WHAT IS NEEDED: Lift out, unaltered, the lines of the material below between the line holding "v -10.186 7.37 11.763" and the line holding "v -12.368 -2.263 9.979", counting both.

AVAILABLE DATA:

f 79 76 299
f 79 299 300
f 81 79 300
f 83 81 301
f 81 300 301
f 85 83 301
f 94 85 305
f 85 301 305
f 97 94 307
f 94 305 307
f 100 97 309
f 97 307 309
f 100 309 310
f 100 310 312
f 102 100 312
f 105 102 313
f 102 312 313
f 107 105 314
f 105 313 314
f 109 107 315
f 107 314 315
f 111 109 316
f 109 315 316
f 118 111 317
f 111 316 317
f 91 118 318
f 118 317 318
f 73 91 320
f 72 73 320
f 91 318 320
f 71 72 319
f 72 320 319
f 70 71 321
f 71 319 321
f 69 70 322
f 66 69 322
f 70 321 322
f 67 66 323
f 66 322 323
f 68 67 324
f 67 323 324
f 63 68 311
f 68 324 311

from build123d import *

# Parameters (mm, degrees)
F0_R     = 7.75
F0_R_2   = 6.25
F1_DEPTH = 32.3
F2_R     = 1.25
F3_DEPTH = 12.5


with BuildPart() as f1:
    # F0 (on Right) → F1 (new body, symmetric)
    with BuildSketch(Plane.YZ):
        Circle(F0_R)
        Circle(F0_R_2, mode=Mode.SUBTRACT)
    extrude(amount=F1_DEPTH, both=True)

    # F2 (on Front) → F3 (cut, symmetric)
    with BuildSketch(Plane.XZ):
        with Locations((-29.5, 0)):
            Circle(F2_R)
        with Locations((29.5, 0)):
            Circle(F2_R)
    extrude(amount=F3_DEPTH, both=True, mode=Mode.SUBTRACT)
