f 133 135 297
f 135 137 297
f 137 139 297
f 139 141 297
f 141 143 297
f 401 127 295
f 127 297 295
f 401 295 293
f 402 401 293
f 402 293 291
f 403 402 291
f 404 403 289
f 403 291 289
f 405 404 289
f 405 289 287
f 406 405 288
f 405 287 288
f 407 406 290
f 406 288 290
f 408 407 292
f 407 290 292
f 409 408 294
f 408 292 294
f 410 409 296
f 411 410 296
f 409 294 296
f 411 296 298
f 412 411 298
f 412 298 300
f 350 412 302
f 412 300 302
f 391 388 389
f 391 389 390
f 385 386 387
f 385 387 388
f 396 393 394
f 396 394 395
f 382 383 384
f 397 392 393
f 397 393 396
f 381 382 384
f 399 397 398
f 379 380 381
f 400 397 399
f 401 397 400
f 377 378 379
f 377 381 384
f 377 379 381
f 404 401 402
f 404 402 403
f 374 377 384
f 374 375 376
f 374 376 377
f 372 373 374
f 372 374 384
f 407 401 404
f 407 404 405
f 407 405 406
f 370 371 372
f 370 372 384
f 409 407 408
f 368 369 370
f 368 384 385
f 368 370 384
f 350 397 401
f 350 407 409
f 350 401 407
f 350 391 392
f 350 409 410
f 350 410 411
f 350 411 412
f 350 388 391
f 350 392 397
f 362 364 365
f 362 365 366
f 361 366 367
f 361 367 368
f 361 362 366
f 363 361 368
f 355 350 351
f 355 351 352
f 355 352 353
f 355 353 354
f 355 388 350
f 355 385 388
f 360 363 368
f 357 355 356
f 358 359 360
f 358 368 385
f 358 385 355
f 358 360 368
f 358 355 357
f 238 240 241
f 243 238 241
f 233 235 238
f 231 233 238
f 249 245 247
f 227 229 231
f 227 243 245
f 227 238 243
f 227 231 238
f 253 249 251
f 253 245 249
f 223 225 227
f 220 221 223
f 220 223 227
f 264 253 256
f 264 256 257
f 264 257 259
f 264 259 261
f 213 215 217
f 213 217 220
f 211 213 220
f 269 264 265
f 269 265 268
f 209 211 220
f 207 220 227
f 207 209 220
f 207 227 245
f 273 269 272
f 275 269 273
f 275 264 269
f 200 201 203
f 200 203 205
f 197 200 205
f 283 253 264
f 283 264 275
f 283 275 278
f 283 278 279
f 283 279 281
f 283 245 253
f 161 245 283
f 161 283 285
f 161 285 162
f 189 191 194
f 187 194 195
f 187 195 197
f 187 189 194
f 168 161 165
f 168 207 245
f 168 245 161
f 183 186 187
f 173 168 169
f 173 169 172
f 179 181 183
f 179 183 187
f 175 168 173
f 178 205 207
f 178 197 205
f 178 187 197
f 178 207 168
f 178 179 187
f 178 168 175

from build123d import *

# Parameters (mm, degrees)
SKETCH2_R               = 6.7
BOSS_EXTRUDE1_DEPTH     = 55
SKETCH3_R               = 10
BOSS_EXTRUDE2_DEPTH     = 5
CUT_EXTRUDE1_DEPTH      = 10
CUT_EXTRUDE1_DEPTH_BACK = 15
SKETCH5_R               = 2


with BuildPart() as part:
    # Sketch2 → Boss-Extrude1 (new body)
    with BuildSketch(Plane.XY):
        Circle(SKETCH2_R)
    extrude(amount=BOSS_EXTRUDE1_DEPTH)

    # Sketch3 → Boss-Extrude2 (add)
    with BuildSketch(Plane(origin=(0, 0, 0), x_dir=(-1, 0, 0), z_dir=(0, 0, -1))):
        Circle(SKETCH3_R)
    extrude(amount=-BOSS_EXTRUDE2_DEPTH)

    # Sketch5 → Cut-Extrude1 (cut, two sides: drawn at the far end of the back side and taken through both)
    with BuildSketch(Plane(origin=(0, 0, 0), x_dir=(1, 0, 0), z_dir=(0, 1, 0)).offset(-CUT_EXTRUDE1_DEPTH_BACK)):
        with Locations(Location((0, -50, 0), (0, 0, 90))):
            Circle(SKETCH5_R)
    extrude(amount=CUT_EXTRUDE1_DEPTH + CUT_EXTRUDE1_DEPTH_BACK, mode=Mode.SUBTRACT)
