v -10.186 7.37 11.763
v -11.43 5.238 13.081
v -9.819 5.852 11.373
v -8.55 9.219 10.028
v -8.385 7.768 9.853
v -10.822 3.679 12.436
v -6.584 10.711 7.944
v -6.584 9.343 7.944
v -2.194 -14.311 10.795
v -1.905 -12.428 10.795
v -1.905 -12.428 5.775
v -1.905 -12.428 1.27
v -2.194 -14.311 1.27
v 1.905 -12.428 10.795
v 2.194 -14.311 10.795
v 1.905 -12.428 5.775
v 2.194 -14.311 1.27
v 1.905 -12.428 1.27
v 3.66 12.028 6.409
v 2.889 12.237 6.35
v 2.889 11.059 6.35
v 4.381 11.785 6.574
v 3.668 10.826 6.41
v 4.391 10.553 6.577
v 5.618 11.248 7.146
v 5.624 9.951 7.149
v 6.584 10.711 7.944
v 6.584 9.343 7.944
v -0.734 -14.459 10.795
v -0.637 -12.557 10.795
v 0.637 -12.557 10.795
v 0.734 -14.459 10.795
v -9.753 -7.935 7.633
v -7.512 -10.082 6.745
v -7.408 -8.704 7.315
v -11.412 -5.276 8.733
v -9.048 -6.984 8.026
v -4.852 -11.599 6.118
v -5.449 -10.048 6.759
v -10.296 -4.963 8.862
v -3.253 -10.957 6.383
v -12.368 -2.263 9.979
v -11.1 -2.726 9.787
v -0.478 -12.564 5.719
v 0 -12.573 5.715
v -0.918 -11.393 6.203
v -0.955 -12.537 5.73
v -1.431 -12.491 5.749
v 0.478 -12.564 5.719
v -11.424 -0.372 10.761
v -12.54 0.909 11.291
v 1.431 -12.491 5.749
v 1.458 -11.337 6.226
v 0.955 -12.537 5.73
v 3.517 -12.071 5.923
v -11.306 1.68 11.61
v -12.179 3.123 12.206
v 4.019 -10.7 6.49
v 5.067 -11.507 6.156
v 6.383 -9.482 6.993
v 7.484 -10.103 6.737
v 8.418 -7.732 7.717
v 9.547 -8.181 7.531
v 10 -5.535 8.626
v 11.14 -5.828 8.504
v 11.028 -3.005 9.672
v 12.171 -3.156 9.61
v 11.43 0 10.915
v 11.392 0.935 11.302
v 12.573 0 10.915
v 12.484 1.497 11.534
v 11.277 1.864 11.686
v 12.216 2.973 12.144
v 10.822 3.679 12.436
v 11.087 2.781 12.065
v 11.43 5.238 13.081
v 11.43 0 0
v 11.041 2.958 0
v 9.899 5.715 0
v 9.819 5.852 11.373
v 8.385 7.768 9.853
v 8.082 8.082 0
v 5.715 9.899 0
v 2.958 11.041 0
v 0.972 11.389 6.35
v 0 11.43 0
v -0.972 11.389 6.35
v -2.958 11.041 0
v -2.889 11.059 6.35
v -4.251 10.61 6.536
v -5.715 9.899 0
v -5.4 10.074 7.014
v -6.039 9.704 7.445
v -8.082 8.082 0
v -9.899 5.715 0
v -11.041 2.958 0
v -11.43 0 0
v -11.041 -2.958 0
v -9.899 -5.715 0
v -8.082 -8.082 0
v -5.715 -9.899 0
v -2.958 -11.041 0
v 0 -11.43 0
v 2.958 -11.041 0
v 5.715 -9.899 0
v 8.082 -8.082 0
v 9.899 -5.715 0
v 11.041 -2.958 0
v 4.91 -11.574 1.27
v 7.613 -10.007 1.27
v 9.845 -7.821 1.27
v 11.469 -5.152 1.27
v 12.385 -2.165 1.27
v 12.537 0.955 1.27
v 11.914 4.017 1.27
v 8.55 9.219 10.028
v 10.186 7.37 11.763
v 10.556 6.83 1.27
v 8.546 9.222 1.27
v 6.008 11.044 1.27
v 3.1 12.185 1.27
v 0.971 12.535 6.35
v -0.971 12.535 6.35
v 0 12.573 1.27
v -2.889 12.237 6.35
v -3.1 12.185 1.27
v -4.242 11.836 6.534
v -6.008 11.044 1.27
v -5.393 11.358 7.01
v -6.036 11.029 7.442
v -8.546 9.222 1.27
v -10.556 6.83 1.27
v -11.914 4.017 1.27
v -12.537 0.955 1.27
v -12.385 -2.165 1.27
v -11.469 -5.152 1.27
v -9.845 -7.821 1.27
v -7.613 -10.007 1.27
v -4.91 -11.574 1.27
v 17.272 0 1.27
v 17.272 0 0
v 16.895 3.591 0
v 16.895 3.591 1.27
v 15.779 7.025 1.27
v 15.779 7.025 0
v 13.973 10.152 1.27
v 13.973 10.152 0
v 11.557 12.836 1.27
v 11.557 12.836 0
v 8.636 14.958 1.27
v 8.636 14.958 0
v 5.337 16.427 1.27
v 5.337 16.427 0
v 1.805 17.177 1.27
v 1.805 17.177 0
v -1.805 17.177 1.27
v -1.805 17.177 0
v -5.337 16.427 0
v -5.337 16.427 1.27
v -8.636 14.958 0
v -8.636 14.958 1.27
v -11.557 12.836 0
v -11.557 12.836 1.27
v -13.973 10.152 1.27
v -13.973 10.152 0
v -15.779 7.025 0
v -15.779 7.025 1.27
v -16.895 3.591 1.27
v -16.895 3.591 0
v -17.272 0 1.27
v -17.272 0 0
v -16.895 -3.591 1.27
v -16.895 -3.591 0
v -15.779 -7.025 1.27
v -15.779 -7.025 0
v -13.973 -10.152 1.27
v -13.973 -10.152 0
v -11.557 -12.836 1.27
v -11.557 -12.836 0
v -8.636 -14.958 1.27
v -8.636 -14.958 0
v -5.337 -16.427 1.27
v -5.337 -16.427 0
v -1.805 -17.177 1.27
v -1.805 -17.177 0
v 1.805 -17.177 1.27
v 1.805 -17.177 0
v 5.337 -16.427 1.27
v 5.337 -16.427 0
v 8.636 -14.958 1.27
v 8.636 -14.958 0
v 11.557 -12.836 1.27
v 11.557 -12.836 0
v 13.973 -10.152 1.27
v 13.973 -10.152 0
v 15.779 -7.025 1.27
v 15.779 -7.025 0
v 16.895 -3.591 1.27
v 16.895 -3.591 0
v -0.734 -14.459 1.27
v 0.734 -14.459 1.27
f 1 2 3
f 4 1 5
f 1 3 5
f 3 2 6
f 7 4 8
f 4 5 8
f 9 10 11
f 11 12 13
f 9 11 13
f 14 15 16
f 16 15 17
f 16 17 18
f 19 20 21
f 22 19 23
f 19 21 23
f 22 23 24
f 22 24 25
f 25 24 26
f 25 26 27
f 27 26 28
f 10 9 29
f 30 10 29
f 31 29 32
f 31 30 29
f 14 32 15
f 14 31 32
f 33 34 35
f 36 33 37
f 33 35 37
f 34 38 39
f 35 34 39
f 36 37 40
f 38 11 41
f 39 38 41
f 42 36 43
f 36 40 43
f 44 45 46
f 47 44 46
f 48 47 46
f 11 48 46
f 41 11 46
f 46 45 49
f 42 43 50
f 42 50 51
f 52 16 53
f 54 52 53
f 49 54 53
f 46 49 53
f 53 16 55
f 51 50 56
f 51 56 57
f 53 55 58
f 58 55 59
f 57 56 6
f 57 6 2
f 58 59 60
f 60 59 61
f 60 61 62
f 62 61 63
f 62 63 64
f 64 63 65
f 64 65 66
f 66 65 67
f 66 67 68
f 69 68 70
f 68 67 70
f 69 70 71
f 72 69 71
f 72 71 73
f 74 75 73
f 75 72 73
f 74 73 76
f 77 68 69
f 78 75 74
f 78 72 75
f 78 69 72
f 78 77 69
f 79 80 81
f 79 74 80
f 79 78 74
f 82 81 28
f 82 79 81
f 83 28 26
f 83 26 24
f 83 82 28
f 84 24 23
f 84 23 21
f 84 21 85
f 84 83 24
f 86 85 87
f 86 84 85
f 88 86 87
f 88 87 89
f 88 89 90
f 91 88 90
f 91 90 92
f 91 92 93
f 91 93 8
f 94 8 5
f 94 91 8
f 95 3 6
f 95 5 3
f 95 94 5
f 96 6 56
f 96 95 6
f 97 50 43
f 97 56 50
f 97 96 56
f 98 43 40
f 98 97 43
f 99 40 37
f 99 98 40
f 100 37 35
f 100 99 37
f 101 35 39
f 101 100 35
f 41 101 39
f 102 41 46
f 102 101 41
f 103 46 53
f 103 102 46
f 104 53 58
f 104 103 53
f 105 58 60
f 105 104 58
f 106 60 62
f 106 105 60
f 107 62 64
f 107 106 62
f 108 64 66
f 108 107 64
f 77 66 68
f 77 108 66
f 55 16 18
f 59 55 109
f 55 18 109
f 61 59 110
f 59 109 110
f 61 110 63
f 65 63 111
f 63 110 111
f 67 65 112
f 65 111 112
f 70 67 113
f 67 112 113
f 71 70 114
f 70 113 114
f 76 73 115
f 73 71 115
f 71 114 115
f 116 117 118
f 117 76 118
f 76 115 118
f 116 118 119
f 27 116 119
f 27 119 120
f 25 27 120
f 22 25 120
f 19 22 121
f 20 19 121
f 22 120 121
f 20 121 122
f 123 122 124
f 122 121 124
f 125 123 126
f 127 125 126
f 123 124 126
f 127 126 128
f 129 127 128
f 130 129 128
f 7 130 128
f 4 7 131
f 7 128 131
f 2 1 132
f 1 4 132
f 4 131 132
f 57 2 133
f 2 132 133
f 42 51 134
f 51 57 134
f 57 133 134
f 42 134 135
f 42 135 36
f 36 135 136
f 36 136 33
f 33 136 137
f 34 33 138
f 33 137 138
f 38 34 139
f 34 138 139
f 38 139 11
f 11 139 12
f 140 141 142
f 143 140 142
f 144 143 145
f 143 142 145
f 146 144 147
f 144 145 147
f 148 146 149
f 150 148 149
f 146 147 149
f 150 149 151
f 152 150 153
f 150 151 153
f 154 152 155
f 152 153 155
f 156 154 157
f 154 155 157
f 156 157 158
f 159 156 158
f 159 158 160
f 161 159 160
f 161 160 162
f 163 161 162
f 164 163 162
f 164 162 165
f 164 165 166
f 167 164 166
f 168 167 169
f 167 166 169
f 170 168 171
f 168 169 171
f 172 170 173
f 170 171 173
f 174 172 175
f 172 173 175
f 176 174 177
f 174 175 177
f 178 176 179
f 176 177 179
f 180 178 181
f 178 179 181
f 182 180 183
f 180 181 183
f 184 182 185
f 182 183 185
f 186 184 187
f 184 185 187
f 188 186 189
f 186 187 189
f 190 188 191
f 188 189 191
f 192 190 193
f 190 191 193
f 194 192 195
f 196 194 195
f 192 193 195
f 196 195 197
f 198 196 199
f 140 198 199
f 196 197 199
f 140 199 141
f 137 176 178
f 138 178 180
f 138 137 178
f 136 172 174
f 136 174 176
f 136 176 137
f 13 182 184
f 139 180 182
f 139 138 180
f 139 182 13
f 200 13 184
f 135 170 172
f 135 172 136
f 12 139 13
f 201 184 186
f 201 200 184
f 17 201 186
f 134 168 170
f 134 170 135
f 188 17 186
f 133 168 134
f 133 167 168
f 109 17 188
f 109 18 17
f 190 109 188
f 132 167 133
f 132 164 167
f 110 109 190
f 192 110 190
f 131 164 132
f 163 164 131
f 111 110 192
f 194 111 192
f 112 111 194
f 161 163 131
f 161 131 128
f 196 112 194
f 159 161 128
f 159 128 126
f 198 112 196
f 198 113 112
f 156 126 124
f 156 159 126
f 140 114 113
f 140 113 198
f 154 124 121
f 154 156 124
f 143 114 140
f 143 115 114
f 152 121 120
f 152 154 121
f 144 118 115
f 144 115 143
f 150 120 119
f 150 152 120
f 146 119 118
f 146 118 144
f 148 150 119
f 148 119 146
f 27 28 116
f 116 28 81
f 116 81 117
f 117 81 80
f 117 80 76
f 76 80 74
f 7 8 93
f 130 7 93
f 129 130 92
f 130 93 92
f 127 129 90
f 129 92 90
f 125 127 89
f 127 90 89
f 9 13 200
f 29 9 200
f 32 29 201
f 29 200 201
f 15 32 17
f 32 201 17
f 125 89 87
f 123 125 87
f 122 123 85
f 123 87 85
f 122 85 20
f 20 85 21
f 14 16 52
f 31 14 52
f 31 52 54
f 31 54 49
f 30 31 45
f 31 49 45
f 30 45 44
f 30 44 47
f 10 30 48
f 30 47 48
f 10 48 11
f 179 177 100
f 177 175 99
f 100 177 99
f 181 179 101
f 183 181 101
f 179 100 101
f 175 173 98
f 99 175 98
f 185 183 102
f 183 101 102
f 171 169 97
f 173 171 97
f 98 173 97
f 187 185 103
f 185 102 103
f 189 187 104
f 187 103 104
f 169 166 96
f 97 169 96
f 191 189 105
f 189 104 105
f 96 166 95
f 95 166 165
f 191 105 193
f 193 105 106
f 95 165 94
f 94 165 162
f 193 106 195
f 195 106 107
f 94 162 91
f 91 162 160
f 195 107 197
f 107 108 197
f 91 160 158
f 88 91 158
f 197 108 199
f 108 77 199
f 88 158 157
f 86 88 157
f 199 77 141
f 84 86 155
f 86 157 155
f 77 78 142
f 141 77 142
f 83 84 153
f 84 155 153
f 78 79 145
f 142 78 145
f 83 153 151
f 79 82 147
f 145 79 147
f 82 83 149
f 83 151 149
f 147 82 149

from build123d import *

# Parameters (mm, degrees)
F0_R     = 17.272
F0_R_2   = 11.43
F1_DEPTH = 1.27
F2_R     = 12.573
F2_R_2   = 11.43
F3_DEPTH = 11.811
F5_DEPTH = 17.273
F7_DEPTH = 12.7
F9_DEPTH = 9.525


with BuildPart() as f1:
    # F0 (on Top) → F1 (new body)
    with BuildSketch(Plane.XY):
        Circle(F0_R)
        Circle(F0_R_2, mode=Mode.SUBTRACT)
    extrude(amount=F1_DEPTH)

    # F2 (on face) → F3 (join)
    with BuildSketch(Plane.XY.offset(1.27)):
        Circle(F2_R)
        Circle(F2_R_2, mode=Mode.SUBTRACT)
    extrude(amount=F3_DEPTH)

    # F4 (on Front) → F5 (cut, through all)
    with BuildSketch(Plane.XZ):
        with BuildLine():
            Line((-2.888614, 6.35), (2.888614, 6.35))
            ThreePointArc((2.888614, 6.35), (4.900767, 6.765492), (6.583774, 7.944))
            Line((6.583774, 7.944), (11.43, 13.081))
            Line((11.43, 13.081), (-11.43, 13.081))
            Line((-11.43, 13.081), (-6.583774, 7.944))
            ThreePointArc((-6.583774, 7.944), (-4.900767, 6.765492), (-2.888614, 6.35))
        make_face()
    extrude(amount=-F5_DEPTH, mode=Mode.SUBTRACT)

    # F6 (on Right) → F7 (cut, symmetric)
    with BuildSketch(Plane.YZ):
        Polygon((-12.573, 5.715), (5.237884, 13.081), (-12.573, 13.081), align=None)
    extrude(amount=F7_DEPTH, both=True, mode=Mode.SUBTRACT)

    # F8 (on face) → F9 (join)
    with BuildSketch(Plane.XY.offset(1.27)):
        with BuildLine():
            Line((2.193636, -14.310851), (1.905, -12.427844))
            ThreePointArc((1.905, -12.427844), (0, -12.573), (-1.905, -12.427844))
            Line((-1.905, -12.427844), (-2.193636, -14.310851))
            ThreePointArc((-2.193636, -14.310851), (0, -14.478), (2.193636, -14.310851))
        make_face()
    extrude(amount=F9_DEPTH)


solid = f1.part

WRITTEN RESPONSE:
v -10.186 7.37 11.763
v -11.43 5.238 13.081
v -9.819 5.852 11.373
v -8.55 9.219 10.028
v -8.385 7.768 9.853
v -10.822 3.679 12.436
v -6.584 10.711 7.944
v -6.584 9.343 7.944
v -2.194 -14.311 10.795
v -1.905 -12.428 10.795
v -1.905 -12.428 5.775
v -1.905 -12.428 1.27
v -2.194 -14.311 1.27
v 1.905 -12.428 10.795
v 2.194 -14.311 10.795
v 1.905 -12.428 5.775
v 2.194 -14.311 1.27
v 1.905 -12.428 1.27
v 3.66 12.028 6.409
v 2.889 12.237 6.35
v 2.889 11.059 6.35
v 4.381 11.785 6.574
v 3.668 10.826 6.41
v 4.391 10.553 6.577
v 5.618 11.248 7.146
v 5.624 9.951 7.149
v 6.584 10.711 7.944
v 6.584 9.343 7.944
v -0.734 -14.459 10.795
v -0.637 -12.557 10.795
v 0.637 -12.557 10.795
v 0.734 -14.459 10.795
v -9.753 -7.935 7.633
v -7.512 -10.082 6.745
v -7.408 -8.704 7.315
v -11.412 -5.276 8.733
v -9.048 -6.984 8.026
v -4.852 -11.599 6.118
v -5.449 -10.048 6.759
v -10.296 -4.963 8.862
v -3.253 -10.957 6.383
v -12.368 -2.263 9.979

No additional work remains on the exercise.